Она теснее прильнула к могучей груди Укрутника.

– Все сырее становится, – шепнул он, и его дыхание подуло ей в ухо.

Она тихонько застонала в его объятиях. Дрожь прошла у нее по спине. В этот момент Хабергейер решил, что для него это, пожалуй, многовато. Иными словами, уразумел, что пора сложить оружие. Но, желая достойно отступить, еще раз вскинул карабин, прицелился в чреватую дождем тучу, взял на мушку – притом вполне сознательно – небеса и выстрелом – бум-бум! – пробил лесную тишину.

Малетта дернулся, как смертельно раненный, и, покуда Герта и Укрутник обалдело высвобождались из объятий друг друга, а эхо, перекатываясь с горы на гору, пробуждало лесные голоса, гонимый ужасом, ринулся напролом через мелколесье, подобно затравленному зверю, и на склоне горы угодил прямо в объятия ночи, снизу поспешавшей ему навстречу.

Меж тем матрос, распростившись с кузнецом, собрался в обратный путь. Приятель пошел его провожать (поддерживая один другого, в дым пьяные, они добрались до границы усадьбы). У забора кузнец остановился и протянул ему свою лапищу.

– Слушай внимательно! – сказал он. – Ты можешь сократить себе дорогу! Пройдя ригу там, внизу, ты не сворачивай направо, а иди налево, полем. Внизу… (он показал на юго-восток, где лес тонул в клубящихся сумерках) – внизу тропинка, которая пересекает лес, пойдешь по ней напрямки, все время по прогалине под гору, дальше снова лесом, а когда кончится, справа, пониже, увидишь часовню; миновав ее, ты выйдешь к мосту, там начинается дорога к лесничеству, она-то и выведет тебя на шоссе.

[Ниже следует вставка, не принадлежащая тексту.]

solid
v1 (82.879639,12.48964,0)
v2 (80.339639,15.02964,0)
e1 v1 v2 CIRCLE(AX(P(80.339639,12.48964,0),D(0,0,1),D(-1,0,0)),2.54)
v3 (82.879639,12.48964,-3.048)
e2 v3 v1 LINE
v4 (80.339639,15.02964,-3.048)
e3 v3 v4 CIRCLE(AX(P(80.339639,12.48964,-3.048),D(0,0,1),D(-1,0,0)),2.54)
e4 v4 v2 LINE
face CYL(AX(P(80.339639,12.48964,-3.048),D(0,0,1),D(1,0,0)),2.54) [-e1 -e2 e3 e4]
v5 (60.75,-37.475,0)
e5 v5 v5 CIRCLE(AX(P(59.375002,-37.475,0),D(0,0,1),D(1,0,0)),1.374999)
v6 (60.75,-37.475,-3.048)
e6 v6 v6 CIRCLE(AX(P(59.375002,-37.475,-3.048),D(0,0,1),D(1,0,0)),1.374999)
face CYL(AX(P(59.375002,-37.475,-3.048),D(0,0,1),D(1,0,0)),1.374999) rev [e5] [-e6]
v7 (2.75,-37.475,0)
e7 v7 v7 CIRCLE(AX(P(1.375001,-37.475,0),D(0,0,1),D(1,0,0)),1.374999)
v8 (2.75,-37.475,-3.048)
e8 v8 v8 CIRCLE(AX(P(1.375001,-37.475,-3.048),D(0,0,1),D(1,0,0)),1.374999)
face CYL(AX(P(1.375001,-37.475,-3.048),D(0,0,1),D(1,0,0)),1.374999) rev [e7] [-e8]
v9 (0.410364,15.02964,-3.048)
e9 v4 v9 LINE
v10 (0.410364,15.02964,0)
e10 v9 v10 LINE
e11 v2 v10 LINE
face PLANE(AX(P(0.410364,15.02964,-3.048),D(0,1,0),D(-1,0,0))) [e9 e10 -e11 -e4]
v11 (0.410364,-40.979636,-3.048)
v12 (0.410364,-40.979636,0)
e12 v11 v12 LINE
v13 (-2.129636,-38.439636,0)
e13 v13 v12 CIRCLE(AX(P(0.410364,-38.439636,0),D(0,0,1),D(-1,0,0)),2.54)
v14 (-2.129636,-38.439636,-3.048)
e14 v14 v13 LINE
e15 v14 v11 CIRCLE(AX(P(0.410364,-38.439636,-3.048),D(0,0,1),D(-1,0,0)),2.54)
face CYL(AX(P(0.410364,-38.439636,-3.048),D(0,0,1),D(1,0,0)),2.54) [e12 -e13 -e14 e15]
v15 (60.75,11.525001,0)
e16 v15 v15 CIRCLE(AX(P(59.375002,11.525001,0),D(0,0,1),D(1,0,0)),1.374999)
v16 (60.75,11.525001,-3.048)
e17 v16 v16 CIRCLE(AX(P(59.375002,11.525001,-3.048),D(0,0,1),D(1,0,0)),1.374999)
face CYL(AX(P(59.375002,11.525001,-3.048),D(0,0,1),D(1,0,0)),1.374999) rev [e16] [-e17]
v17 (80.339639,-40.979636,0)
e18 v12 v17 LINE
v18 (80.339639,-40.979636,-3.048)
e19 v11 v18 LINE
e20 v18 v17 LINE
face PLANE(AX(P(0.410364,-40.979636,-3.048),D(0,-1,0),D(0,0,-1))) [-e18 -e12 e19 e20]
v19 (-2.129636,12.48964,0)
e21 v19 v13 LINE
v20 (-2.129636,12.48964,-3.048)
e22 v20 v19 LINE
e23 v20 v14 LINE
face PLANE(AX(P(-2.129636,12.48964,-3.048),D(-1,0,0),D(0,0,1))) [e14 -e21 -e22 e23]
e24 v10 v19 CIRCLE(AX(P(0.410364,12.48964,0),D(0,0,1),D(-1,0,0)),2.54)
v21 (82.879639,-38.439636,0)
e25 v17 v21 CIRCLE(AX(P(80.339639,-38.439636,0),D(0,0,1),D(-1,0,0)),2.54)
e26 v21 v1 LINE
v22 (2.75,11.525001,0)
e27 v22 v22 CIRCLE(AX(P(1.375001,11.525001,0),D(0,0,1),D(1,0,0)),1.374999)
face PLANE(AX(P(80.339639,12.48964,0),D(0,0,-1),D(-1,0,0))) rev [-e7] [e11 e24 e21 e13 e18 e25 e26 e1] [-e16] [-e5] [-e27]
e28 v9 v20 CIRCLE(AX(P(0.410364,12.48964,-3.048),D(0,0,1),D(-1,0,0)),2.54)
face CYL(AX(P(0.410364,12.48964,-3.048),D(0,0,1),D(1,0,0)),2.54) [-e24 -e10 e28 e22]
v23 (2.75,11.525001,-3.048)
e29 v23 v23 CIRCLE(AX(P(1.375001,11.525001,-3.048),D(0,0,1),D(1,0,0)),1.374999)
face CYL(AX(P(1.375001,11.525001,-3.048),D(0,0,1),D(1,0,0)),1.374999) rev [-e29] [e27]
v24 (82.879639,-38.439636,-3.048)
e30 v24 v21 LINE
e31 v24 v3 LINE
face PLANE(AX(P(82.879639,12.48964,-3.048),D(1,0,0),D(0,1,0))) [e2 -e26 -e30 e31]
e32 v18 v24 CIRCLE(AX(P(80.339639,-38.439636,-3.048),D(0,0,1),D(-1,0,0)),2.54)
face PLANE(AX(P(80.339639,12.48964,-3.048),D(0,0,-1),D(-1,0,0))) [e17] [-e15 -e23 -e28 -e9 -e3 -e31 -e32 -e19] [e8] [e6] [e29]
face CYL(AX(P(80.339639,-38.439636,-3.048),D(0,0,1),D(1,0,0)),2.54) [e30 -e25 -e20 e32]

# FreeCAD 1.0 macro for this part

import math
import FreeCAD as App
import Part
import Sketcher
Q = App.Units.Quantity

doc = App.newDocument("Part")
body = doc.addObject("PartDesign::Body", "Body")

# Sketch on XY plane
sketch1 = body.newObject("Sketcher::SketchObject", "Sketch")
sketch1.AttachmentSupport = (doc.getObject("XY_Plane"), [""])
sketch1.MapMode = "FlatFace"
sketch1.addGeometry([
    Part.LineSegment(App.Vector(80.3, 15, 0), App.Vector(0.4, 15, 0)),  # 0
    Part.ArcOfCircle(Part.Circle(App.Vector(0.4, 12.5, 0), App.Vector(0, 0, 1), 2.5), math.radians(90), math.radians(180)),  # 1
    Part.LineSegment(App.Vector(-2.1, 12.5, 0), App.Vector(-2.1, -38.4, 0)),  # 2
    Part.ArcOfCircle(Part.Circle(App.Vector(0.4, -38.4, 0), App.Vector(0, 0, 1), 2.5), math.radians(-180), math.radians(-90)),  # 3
    Part.LineSegment(App.Vector(0.4, -41, 0), App.Vector(80.3, -41, 0)),  # 4
    Part.ArcOfCircle(Part.Circle(App.Vector(80.3, -38.4, 0), App.Vector(0, 0, 1), 2.5), math.radians(-90), math.radians(0)),  # 5
    Part.LineSegment(App.Vector(82.9, -38.4, 0), App.Vector(82.9, 12.5, 0)),  # 6
    Part.ArcOfCircle(Part.Circle(App.Vector(80.3, 12.5, 0), App.Vector(0, 0, 1), 2.5), math.radians(0), math.radians(90)),  # 7
    Part.Circle(App.Vector(59.4, -37.5, 0), App.Vector(0, 0, 1), 1.4),  # 8
    Part.Circle(App.Vector(1.4, -37.5, 0), App.Vector(0, 0, 1), 1.4),  # 9
    Part.Circle(App.Vector(59.4, 11.5, 0), App.Vector(0, 0, 1), 1.4),  # 10
    Part.Circle(App.Vector(1.4, 11.5, 0), App.Vector(0, 0, 1), 1.4),  # 11
], False)
sketch1.addConstraint([
    Sketcher.Constraint("Tangent", 0, 2, 1, 1),
    Sketcher.Constraint("Tangent", 1, 2, 2, 1),
    Sketcher.Constraint("Tangent", 2, 2, 3, 1),
    Sketcher.Constraint("Tangent", 3, 2, 4, 1),
    Sketcher.Constraint("Tangent", 4, 2, 5, 1),
    Sketcher.Constraint("Tangent", 5, 2, 6, 1),
    Sketcher.Constraint("Tangent", 6, 2, 7, 1),
    Sketcher.Constraint("Tangent", 7, 2, 0, 1),
    Sketcher.Constraint("Horizontal", 0),
    Sketcher.Constraint("Vertical", 2),
    Sketcher.Constraint("Horizontal", 4),
    Sketcher.Constraint("Vertical", 6),
    Sketcher.Constraint("Equal", 1, 3),
    Sketcher.Constraint("Equal", 3, 5),
    Sketcher.Constraint("Equal", 5, 7),
    Sketcher.Constraint("Equal", 8, 9),
    Sketcher.Constraint("Equal", 9, 10),
    Sketcher.Constraint("Equal", 10, 11),
    Sketcher.Constraint("Horizontal", 8, 3, 9, 3),
    Sketcher.Constraint("Horizontal", 10, 3, 11, 3),
    Sketcher.Constraint("Vertical", 8, 3, 10, 3),
    Sketcher.Constraint("Vertical", 9, 3, 11, 3),
    Sketcher.Constraint("Radius", 1, Q("0.1 in")),
    Sketcher.Constraint("Diameter", 8, Q("2.749997 mm")),
    Sketcher.Constraint("DistanceX", -1, 1, 8, 3, Q("59.375002 mm")),
    Sketcher.Constraint("DistanceY", 8, 3, -1, 1, Q("37.475 mm")),
    Sketcher.Constraint("DistanceX", -1, 1, 9, 3, Q("1.375001 mm")),
    Sketcher.Constraint("DistanceY", -1, 1, 10, 3, Q("11.525001 mm")),
    Sketcher.Constraint("DistanceX", 0, 2, 0, 1, Q("79.929275 mm")),
    Sketcher.Constraint("DistanceY", 2, 2, 2, 1, Q("50.929276 mm")),
    Sketcher.Constraint("DistanceY", -1, 1, 1, 3, Q("12.48964 mm")),
    Sketcher.Constraint("DistanceX", -1, 1, 5, 3, Q("80.339639 mm")),
])
pad1 = body.newObject("PartDesign::Pad", "Pad")
pad1.Profile = sketch1
pad1.Length = Q("0.12 in")
pad1.Reversed = True

doc.recompute()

– Порядок, – отвечал матрос. – Буду держать заданный курс.

Он еще раз обернулся, кивнул старику, зябко повел плечами, засунул руки в карманы и с видом отнюдь не вызывающим торопливо затрусил навстречу мраку, что, подобно водам, просочившимся из земли, уже затоплял ложбины и овраги. Пройдя мимо риги, он свернул налево, пошел вдоль колеи по вспаханному полю, натолкнулся на тропинку, о которой ему говорил кузнец, вступил на нее (едва видимую под толщей опавшей листвы) и нырнул в зияющую глубь осеннего леса.

Он вынул из кармана кисет, вынул трубку и закурил. Безмятежно посасывая ее, он шагал вперед, оставляя за собою в промозглом вечернем воздухе дымок и пар от дыхания. Зачем все это было? – спрашивал он себя. Спиртного ты, конечно, хлебнул, что верно, то верно! Но умнее, чем раньше, все равно не стал: эта старая обезьяна-кузнец не пожелал ничего сказать. Конечно, он что-то знает, но сказать не хочет. Наливает сливовицу и молчит. Только бормочет что-то непонятное насчет плодоводства, винокурни и пенсии по старости, которую ему не дали. А ты слушаешь, слушаешь да и опрокинешь стаканчик, скажешь «да-да» или «верно-верно», потом и вторым глотку промочишь. Время проходит, целый день проходит, а ты так и не узнаешь, что хотел узнать.

Вот наконец и прогалина перед ним. Она еще издали просвечивала меж стволов, а теперь открылась ему, поросшая колючим кустарником: остатки света слились на ней и образовали отстой, совсем как на снятом молоке в плоской миске.

Матрос свистнул. Положение становилось затрудни-тельным, Тропинка потерялась в мелколесье, он больше ее не видел. Травы и сорняки хлестали его по ногам, ползучие растения задерживали шаг. С кустов текло, словно их вытащили из воды, одежда его намокала, когда он задевал их. Надо всем, как мокрые простыни на веревке, трепетала пелена тумана, осыпая ветки серыми жемчужинами.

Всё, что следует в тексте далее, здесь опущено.